(TASK BRIEF) For the records below, print the lines from the line with "v 1.5 0 -20" through the line with "v -0.293 -1.471 -20" exactly as written; include both end lines and exclude the rest.
-------- STORED DATA --------
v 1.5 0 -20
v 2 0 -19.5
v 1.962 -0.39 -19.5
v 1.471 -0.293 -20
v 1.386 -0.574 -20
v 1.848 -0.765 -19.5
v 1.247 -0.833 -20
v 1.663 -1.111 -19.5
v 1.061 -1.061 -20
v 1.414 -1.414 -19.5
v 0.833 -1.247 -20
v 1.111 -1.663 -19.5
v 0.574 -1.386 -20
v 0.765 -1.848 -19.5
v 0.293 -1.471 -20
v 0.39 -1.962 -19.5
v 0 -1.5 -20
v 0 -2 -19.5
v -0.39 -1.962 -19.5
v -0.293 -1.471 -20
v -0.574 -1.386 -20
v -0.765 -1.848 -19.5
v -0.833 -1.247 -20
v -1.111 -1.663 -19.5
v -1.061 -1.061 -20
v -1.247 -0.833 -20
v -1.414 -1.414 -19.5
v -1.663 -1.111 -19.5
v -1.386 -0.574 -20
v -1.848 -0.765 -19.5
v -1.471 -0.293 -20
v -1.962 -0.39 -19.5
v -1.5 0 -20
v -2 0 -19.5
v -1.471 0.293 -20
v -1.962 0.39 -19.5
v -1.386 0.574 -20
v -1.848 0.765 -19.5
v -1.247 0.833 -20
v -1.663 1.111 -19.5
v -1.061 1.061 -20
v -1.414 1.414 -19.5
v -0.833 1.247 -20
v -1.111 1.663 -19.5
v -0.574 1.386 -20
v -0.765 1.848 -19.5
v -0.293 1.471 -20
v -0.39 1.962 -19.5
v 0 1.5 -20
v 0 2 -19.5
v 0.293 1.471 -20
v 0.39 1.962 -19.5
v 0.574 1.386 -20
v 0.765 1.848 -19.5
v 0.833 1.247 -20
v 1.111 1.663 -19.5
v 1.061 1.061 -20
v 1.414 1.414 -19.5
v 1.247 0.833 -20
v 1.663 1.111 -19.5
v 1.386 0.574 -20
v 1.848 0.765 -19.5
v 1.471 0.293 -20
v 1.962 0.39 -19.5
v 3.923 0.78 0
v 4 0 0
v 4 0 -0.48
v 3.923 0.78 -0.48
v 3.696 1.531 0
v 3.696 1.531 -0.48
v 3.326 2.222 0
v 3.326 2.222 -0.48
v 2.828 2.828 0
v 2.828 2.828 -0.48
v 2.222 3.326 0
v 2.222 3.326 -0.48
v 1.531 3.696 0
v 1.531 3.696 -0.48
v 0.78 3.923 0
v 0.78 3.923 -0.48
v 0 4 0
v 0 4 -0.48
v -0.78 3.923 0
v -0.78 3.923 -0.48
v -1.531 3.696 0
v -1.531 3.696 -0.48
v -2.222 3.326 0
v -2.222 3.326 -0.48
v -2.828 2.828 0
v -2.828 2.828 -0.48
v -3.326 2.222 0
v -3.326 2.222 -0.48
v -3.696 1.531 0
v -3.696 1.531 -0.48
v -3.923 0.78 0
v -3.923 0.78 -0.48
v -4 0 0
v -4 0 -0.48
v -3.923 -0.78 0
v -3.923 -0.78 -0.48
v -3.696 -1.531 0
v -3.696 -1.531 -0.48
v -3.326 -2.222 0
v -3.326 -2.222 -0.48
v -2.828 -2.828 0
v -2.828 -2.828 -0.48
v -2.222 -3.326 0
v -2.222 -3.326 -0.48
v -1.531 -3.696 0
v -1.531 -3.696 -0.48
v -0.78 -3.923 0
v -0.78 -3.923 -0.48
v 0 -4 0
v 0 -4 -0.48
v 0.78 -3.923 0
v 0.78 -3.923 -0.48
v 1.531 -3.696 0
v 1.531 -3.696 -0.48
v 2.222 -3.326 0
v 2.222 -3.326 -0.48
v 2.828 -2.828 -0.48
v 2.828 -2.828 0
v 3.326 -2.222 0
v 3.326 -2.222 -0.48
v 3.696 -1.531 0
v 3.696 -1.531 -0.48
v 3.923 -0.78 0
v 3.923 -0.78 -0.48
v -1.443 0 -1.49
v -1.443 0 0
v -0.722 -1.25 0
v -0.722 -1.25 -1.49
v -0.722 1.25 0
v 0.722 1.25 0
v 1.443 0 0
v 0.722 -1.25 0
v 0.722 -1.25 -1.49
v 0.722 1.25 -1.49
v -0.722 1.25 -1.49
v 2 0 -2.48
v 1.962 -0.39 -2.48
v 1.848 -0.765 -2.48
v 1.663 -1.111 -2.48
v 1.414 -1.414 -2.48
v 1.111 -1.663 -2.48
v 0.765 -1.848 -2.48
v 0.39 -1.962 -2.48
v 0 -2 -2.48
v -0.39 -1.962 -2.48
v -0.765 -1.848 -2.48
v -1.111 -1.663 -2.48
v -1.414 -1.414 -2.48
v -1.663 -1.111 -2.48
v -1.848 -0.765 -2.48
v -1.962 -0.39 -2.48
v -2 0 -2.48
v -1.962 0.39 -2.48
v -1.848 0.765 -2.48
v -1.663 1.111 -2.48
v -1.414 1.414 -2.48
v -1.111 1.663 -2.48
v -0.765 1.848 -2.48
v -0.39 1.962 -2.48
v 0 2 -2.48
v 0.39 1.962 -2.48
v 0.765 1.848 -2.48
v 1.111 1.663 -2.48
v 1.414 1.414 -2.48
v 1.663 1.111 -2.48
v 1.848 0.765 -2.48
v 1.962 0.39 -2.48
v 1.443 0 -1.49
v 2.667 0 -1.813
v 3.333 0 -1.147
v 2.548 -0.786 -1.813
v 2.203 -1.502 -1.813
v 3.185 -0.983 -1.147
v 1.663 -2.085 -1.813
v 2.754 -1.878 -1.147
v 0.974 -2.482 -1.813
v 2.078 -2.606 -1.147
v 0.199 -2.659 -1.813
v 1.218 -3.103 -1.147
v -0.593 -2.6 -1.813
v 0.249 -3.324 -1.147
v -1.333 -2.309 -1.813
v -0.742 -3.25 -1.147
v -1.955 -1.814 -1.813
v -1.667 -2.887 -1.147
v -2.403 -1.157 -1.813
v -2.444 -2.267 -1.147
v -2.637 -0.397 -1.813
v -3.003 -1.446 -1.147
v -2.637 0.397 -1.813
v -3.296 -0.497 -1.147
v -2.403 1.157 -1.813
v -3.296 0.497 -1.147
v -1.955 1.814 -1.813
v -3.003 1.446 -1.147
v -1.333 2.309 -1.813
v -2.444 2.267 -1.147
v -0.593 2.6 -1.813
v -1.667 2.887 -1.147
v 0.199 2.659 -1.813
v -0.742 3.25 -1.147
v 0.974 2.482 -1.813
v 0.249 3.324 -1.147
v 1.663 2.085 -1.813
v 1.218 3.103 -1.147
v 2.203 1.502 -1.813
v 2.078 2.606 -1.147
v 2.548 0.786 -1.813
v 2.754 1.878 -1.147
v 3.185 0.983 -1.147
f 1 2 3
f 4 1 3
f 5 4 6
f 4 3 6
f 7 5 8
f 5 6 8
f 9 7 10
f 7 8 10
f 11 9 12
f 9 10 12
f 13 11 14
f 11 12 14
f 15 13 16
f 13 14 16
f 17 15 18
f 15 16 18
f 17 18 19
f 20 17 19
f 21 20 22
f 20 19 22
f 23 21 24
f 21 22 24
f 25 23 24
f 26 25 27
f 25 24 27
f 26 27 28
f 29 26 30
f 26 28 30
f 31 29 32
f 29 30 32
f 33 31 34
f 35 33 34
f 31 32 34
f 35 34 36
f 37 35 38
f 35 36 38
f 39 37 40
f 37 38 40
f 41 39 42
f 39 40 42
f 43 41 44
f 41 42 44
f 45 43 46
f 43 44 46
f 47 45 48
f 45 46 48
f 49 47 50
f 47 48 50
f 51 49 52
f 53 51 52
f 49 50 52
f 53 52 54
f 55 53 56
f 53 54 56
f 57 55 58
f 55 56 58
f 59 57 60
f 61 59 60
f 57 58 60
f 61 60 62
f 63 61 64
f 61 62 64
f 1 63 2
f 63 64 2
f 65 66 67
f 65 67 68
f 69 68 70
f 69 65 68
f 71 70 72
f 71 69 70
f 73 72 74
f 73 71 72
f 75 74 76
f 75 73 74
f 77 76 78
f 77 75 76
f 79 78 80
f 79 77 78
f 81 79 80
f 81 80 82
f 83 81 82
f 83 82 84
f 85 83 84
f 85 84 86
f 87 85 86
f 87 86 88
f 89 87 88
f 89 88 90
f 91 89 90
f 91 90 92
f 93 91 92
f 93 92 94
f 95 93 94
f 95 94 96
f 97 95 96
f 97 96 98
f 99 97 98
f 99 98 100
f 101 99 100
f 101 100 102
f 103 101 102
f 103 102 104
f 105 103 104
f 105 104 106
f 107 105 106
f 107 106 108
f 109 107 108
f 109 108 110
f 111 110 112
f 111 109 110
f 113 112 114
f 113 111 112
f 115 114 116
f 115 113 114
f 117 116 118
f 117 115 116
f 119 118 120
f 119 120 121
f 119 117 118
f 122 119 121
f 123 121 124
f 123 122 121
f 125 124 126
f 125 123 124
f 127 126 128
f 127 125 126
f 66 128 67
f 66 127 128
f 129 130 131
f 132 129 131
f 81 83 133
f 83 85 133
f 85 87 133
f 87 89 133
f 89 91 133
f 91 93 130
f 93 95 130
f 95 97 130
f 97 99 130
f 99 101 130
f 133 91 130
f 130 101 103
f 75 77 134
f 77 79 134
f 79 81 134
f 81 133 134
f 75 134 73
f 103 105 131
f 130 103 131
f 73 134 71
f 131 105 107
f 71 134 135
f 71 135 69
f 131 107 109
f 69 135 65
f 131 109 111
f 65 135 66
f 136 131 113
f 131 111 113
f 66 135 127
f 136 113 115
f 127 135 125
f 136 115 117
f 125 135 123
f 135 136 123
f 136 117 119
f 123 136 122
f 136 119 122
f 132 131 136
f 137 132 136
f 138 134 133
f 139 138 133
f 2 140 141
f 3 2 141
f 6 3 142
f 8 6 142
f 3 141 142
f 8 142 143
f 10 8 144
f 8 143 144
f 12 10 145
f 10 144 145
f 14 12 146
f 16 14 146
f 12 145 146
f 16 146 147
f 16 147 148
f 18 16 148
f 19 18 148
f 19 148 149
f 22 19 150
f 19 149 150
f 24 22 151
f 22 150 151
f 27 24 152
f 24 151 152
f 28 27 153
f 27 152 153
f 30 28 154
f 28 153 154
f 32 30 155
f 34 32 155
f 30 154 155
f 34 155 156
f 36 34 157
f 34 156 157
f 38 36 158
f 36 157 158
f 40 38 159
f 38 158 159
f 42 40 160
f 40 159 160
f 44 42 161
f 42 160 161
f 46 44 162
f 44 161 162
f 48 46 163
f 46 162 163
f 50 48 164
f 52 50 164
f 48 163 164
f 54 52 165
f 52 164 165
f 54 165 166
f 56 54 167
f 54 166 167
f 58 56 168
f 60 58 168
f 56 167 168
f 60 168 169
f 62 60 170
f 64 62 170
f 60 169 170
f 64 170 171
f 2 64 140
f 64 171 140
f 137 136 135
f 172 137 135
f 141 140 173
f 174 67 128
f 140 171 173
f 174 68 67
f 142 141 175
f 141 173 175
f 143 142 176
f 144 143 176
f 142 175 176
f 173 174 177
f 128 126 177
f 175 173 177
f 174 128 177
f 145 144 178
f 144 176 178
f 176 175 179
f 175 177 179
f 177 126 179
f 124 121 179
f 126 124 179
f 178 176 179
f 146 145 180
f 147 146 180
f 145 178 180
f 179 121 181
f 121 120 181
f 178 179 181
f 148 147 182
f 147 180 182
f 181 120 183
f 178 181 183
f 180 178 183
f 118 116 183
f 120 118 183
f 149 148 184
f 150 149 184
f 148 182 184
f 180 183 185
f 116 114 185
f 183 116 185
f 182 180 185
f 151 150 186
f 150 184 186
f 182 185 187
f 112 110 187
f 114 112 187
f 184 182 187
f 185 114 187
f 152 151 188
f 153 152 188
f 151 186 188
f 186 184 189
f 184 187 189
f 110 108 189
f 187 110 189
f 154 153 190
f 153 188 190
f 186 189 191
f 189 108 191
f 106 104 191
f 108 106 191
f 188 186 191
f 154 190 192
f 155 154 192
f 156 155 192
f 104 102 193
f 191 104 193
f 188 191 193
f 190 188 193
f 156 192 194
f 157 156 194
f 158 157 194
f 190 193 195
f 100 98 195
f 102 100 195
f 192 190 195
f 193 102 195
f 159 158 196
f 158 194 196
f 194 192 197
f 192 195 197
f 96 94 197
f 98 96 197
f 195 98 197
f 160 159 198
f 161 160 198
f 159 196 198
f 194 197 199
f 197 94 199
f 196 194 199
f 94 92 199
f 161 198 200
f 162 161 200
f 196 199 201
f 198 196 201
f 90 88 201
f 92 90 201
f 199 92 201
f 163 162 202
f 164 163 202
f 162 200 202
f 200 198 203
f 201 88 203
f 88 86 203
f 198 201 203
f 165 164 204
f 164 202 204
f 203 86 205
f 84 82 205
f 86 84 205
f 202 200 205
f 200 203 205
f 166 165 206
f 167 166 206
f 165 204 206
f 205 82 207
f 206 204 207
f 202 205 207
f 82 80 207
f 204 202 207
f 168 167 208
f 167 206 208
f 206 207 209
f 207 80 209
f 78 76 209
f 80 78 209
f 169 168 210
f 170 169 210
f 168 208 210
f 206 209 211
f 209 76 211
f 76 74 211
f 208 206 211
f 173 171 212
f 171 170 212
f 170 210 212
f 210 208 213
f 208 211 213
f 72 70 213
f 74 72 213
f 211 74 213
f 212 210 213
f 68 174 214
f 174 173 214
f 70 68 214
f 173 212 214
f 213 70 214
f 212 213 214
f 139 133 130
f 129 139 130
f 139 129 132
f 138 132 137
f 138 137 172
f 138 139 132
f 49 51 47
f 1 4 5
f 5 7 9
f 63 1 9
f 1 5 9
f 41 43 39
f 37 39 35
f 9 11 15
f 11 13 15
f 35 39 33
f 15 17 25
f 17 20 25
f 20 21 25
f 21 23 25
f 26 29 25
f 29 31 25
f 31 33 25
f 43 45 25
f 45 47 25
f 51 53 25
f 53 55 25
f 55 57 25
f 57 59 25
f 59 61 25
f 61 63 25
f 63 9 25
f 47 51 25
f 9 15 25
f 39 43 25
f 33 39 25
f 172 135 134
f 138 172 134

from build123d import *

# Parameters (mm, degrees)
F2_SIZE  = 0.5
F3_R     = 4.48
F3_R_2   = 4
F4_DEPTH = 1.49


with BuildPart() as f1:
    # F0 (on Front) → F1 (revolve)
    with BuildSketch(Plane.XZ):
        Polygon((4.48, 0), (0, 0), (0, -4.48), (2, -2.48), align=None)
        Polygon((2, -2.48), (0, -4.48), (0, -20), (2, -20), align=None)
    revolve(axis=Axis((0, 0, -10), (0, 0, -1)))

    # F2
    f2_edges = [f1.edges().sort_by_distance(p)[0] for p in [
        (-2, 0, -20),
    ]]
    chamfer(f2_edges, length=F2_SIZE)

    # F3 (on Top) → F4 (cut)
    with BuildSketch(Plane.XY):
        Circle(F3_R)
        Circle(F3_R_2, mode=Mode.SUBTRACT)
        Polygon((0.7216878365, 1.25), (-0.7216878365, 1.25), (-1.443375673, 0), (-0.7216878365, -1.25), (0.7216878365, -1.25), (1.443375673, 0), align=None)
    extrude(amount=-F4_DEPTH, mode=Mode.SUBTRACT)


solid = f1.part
--------
-------- STORED DATA --------
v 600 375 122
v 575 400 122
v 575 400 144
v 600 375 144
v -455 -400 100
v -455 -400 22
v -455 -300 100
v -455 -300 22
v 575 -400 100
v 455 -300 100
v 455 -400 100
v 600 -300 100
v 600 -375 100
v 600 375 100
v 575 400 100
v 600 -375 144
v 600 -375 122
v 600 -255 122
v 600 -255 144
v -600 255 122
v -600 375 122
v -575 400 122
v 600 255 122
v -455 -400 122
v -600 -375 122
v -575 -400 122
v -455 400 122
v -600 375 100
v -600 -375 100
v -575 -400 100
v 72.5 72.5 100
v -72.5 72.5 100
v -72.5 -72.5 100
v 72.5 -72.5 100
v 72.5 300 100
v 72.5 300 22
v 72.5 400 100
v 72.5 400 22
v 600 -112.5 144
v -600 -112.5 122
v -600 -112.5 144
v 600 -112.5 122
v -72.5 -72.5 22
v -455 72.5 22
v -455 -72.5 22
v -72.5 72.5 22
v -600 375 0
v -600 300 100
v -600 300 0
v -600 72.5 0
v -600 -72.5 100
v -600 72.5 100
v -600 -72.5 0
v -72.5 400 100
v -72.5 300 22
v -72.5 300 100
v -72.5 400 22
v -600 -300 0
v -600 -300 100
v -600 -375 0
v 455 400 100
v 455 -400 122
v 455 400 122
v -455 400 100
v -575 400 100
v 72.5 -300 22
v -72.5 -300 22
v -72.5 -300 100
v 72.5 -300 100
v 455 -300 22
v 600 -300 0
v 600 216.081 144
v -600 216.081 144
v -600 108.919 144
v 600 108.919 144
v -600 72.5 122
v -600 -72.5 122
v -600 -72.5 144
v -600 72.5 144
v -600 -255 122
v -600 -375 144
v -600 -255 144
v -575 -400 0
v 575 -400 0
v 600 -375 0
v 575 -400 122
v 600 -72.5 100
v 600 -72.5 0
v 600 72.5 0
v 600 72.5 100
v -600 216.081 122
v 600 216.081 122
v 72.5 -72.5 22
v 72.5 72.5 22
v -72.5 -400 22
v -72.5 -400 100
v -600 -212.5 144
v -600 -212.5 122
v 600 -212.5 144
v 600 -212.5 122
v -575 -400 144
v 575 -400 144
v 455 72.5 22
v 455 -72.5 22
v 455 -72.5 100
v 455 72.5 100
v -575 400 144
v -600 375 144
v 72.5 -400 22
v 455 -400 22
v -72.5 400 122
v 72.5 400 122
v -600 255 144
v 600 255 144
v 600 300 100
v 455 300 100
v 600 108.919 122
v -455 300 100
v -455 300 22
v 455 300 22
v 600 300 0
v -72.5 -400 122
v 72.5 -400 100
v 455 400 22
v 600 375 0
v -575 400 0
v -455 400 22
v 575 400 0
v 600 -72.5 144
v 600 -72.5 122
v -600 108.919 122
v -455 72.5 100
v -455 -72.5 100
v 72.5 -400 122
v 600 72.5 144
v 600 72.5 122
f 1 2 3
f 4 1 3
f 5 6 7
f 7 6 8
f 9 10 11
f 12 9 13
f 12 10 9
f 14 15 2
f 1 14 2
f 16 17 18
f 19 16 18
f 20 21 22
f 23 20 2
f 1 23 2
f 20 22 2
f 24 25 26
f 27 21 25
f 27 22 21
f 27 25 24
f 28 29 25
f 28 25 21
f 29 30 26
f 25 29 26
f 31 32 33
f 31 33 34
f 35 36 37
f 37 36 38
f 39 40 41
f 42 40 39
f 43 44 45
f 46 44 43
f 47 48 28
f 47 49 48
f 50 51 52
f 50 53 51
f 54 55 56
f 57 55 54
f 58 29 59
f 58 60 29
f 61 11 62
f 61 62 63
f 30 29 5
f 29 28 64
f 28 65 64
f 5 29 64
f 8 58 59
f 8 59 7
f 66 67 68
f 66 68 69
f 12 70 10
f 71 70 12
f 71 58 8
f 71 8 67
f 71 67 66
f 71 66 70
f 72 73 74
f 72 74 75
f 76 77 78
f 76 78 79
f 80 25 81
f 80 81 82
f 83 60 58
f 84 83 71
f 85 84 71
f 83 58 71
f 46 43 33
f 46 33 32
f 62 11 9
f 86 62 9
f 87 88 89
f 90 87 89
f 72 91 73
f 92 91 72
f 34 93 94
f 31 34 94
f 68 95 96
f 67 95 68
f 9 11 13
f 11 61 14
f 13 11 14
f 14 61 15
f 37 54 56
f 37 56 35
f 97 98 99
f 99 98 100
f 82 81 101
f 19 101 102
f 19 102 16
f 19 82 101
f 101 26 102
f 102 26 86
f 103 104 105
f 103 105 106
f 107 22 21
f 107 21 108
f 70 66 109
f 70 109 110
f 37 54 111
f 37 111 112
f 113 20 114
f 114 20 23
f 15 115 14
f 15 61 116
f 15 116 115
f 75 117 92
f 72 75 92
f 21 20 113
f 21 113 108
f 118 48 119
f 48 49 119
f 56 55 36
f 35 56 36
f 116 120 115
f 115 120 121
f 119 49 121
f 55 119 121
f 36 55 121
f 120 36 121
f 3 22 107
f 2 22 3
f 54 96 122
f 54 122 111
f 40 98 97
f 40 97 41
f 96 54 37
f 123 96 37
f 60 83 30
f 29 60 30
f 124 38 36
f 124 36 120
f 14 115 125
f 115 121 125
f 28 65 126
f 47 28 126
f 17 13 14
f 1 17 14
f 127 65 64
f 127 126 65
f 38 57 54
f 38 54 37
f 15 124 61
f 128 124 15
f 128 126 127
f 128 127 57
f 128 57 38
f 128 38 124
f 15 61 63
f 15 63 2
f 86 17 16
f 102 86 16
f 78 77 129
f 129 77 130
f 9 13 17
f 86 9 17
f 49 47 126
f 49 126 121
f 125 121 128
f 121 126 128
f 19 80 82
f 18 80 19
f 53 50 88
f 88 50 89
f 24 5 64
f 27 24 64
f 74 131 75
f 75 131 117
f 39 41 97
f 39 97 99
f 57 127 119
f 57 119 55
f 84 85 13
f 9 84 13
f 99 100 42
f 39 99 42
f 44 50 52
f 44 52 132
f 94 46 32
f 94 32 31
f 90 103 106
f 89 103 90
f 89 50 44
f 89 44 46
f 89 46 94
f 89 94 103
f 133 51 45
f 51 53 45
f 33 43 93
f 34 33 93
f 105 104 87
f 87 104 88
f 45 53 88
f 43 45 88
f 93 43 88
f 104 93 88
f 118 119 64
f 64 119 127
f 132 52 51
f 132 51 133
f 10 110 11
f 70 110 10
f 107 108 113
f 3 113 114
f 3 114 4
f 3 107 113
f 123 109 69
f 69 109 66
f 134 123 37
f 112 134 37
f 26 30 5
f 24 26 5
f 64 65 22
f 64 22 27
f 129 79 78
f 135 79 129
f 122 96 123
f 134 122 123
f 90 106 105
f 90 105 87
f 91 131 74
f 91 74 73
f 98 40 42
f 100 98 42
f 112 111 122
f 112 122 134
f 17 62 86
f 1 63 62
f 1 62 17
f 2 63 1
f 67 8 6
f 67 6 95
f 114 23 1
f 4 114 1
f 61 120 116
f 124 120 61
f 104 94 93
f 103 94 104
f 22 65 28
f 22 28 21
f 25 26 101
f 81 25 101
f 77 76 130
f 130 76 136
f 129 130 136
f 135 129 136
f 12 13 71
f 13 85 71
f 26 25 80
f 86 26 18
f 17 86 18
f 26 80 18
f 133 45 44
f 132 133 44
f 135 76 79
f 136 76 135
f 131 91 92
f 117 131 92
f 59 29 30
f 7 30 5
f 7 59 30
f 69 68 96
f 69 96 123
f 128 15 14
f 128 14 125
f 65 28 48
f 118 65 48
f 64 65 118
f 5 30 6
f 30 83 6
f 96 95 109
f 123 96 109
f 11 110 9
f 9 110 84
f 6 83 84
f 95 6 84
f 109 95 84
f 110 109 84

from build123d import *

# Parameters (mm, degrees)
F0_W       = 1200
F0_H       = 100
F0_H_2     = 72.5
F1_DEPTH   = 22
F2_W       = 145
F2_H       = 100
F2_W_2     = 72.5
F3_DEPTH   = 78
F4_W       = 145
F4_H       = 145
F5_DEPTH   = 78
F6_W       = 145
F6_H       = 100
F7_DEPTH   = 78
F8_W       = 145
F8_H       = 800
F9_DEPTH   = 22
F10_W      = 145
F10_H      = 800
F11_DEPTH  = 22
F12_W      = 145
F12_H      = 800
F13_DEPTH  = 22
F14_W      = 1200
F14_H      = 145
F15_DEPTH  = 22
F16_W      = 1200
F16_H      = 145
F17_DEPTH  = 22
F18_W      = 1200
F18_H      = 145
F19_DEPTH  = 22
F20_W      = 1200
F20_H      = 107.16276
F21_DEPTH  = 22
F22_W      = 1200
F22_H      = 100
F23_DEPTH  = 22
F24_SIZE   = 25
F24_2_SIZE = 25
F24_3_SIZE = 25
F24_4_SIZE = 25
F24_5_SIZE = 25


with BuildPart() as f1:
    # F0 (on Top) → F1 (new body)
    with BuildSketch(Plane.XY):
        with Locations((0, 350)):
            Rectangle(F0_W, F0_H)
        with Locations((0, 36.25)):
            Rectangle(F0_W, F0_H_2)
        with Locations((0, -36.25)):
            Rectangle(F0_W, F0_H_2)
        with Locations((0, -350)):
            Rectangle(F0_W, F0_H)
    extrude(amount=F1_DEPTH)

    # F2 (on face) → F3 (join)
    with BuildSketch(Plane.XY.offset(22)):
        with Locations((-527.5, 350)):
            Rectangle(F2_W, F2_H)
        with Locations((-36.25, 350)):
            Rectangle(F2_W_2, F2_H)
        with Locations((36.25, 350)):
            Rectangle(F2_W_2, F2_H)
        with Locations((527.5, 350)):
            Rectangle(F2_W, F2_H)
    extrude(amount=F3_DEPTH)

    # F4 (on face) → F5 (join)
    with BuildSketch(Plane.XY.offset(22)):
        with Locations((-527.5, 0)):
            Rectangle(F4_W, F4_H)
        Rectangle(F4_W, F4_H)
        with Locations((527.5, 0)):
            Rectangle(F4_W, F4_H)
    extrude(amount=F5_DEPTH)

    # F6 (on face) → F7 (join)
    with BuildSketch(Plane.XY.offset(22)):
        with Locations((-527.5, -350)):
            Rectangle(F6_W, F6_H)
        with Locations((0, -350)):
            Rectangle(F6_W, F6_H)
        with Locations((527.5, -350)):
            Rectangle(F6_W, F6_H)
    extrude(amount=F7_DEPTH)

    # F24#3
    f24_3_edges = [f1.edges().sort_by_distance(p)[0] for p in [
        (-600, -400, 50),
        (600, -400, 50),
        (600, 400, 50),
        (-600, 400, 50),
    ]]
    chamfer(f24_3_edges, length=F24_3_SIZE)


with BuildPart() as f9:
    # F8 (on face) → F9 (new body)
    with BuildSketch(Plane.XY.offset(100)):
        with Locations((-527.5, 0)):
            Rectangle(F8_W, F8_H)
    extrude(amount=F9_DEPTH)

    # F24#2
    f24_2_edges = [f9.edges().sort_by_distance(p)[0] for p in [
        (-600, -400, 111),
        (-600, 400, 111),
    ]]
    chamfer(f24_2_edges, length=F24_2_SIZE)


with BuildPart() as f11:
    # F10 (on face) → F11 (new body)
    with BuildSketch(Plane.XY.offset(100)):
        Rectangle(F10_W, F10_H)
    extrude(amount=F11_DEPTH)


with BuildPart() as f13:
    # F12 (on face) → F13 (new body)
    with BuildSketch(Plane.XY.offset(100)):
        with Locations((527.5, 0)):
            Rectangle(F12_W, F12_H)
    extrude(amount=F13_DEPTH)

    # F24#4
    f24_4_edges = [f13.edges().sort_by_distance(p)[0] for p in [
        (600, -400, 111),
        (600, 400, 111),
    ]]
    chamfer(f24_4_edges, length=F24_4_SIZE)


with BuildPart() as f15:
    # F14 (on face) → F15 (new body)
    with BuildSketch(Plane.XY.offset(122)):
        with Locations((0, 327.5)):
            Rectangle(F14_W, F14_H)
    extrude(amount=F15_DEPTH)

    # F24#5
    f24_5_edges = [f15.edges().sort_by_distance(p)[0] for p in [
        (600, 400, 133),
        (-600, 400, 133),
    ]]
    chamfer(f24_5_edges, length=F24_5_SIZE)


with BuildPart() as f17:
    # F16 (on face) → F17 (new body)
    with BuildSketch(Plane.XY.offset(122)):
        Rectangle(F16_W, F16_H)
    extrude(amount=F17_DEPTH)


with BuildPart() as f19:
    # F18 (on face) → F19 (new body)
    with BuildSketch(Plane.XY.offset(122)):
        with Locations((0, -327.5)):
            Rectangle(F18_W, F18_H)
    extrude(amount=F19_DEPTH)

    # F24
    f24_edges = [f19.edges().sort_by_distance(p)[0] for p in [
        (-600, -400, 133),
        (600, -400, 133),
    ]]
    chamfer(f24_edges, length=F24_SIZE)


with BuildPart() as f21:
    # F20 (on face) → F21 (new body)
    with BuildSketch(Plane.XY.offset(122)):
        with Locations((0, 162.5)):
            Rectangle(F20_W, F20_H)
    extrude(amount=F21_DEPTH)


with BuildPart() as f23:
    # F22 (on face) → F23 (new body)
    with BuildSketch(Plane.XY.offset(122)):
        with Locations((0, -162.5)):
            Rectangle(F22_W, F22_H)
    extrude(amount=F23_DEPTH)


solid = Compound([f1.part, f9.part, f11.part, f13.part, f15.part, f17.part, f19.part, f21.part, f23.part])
--------
(FINAL ANSWER)
v 1.5 0 -20
v 2 0 -19.5
v 1.962 -0.39 -19.5
v 1.471 -0.293 -20
v 1.386 -0.574 -20
v 1.848 -0.765 -19.5
v 1.247 -0.833 -20
v 1.663 -1.111 -19.5
v 1.061 -1.061 -20
v 1.414 -1.414 -19.5
v 0.833 -1.247 -20
v 1.111 -1.663 -19.5
v 0.574 -1.386 -20
v 0.765 -1.848 -19.5
v 0.293 -1.471 -20
v 0.39 -1.962 -19.5
v 0 -1.5 -20
v 0 -2 -19.5
v -0.39 -1.962 -19.5
v -0.293 -1.471 -20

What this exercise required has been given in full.